BEGIN Data records

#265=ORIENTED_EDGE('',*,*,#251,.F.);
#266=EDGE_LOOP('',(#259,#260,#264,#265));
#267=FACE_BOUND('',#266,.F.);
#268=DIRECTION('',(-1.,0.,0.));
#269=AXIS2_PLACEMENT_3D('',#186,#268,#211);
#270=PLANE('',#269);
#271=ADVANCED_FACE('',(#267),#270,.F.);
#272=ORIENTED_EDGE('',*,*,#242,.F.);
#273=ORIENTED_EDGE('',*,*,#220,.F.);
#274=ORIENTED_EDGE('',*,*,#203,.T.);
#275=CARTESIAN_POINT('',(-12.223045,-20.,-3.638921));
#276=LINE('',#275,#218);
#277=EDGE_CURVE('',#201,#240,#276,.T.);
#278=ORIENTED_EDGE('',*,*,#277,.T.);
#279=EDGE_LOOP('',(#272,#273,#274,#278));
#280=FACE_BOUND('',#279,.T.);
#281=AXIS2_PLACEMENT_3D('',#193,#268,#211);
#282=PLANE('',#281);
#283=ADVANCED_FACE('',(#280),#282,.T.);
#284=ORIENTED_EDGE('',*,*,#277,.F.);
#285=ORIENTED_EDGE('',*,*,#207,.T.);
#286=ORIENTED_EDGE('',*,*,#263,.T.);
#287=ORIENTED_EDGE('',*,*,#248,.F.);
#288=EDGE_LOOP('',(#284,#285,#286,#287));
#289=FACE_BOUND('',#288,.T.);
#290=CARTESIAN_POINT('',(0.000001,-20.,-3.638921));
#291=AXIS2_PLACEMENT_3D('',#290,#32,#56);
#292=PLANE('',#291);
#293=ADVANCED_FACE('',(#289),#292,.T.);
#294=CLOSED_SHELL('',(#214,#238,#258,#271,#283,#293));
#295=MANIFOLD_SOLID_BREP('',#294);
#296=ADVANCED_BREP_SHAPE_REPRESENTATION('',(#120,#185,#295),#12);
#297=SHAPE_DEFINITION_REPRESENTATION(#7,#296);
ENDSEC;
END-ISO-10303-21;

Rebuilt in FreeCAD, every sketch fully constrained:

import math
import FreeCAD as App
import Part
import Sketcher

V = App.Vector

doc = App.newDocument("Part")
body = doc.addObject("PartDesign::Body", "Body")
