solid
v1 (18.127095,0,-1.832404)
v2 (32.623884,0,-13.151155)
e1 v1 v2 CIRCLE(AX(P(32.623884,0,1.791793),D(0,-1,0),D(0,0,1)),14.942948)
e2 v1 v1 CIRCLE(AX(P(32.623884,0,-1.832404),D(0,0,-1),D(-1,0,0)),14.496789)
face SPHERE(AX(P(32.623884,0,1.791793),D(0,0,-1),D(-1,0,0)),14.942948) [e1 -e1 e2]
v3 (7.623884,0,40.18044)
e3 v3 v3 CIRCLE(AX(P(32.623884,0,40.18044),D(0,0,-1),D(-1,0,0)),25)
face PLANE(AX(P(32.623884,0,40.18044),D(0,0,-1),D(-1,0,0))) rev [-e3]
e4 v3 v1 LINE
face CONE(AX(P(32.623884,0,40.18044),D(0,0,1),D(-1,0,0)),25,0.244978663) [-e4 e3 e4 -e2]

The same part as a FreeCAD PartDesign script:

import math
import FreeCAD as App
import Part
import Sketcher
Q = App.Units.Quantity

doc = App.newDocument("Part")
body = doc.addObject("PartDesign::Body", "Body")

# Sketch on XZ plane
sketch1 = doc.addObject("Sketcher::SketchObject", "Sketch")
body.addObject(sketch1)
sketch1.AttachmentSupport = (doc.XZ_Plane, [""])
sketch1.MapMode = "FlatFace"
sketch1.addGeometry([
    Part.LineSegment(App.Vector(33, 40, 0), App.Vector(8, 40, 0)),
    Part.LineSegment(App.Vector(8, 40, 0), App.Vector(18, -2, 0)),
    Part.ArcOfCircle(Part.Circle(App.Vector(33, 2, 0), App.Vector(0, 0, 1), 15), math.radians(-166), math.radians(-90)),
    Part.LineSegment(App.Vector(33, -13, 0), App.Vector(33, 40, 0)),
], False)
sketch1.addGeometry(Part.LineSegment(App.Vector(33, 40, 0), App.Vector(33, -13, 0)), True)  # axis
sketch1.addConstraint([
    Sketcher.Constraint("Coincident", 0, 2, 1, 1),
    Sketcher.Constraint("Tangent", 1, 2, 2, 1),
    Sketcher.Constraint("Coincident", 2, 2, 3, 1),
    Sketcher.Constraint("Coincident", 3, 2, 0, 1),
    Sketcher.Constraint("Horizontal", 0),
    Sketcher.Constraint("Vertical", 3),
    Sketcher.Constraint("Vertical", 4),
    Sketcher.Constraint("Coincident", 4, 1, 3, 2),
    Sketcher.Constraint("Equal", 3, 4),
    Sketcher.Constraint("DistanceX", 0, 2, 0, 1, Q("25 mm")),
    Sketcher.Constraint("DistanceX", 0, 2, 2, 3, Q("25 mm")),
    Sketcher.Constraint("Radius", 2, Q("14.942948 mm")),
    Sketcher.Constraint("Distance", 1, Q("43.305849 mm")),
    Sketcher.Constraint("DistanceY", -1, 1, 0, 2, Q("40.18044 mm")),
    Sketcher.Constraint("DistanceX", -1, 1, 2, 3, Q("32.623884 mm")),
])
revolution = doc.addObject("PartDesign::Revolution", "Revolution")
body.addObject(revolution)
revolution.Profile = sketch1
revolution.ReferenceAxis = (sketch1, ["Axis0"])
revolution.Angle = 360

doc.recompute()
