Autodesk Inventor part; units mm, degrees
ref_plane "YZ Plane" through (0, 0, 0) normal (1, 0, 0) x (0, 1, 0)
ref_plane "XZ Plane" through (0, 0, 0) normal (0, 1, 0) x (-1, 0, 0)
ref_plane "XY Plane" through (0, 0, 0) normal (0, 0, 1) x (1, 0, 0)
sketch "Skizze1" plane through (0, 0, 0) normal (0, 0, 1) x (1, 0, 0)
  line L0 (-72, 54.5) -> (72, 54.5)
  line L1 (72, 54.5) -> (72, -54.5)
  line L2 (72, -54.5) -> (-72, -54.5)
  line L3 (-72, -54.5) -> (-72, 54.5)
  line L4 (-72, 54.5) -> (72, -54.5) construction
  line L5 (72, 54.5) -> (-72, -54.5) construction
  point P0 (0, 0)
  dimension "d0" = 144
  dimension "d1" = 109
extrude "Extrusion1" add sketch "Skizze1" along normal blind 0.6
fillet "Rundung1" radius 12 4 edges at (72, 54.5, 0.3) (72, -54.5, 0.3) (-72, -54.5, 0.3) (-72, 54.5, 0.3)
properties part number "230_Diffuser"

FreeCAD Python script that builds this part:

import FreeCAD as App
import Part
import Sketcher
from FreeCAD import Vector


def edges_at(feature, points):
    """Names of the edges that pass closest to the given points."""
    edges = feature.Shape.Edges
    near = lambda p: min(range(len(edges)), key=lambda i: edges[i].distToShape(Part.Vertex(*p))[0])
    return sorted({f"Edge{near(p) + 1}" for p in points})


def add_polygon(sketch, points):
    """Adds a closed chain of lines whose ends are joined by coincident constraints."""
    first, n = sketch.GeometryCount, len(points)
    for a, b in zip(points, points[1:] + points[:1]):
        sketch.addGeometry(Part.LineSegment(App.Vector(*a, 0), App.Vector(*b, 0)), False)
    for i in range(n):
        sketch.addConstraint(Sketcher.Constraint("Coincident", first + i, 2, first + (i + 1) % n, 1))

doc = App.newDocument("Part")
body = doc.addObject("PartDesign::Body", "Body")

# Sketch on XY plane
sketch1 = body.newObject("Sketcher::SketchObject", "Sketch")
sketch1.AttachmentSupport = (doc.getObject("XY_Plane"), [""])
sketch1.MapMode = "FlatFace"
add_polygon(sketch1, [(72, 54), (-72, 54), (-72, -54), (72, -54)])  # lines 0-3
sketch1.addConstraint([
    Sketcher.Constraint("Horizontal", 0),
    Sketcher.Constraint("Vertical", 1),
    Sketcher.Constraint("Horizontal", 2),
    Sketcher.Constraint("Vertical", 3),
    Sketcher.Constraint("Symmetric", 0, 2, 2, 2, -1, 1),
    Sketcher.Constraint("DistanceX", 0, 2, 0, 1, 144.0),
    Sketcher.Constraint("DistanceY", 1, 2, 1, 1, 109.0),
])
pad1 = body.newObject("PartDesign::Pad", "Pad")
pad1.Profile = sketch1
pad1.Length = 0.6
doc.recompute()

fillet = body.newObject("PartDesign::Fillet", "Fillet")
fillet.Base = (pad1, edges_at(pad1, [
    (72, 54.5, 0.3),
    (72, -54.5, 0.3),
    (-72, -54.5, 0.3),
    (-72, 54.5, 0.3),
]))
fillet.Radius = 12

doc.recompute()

END Data records

Look above for the line that contains "#291=AXIS2_PLACEMENT_3D('',#290,#32,#56);". Starting there, transcribe every line exactly until you have copied the line that contains "END-ISO-10303-21;".

#291=AXIS2_PLACEMENT_3D('',#290,#32,#56);
#292=PLANE('',#291);
#293=ADVANCED_FACE('',(#289),#292,.T.);
#294=CLOSED_SHELL('',(#214,#238,#258,#271,#283,#293));
#295=MANIFOLD_SOLID_BREP('',#294);
#296=ADVANCED_BREP_SHAPE_REPRESENTATION('',(#120,#185,#295),#12);
#297=SHAPE_DEFINITION_REPRESENTATION(#7,#296);
ENDSEC;
END-ISO-10303-21;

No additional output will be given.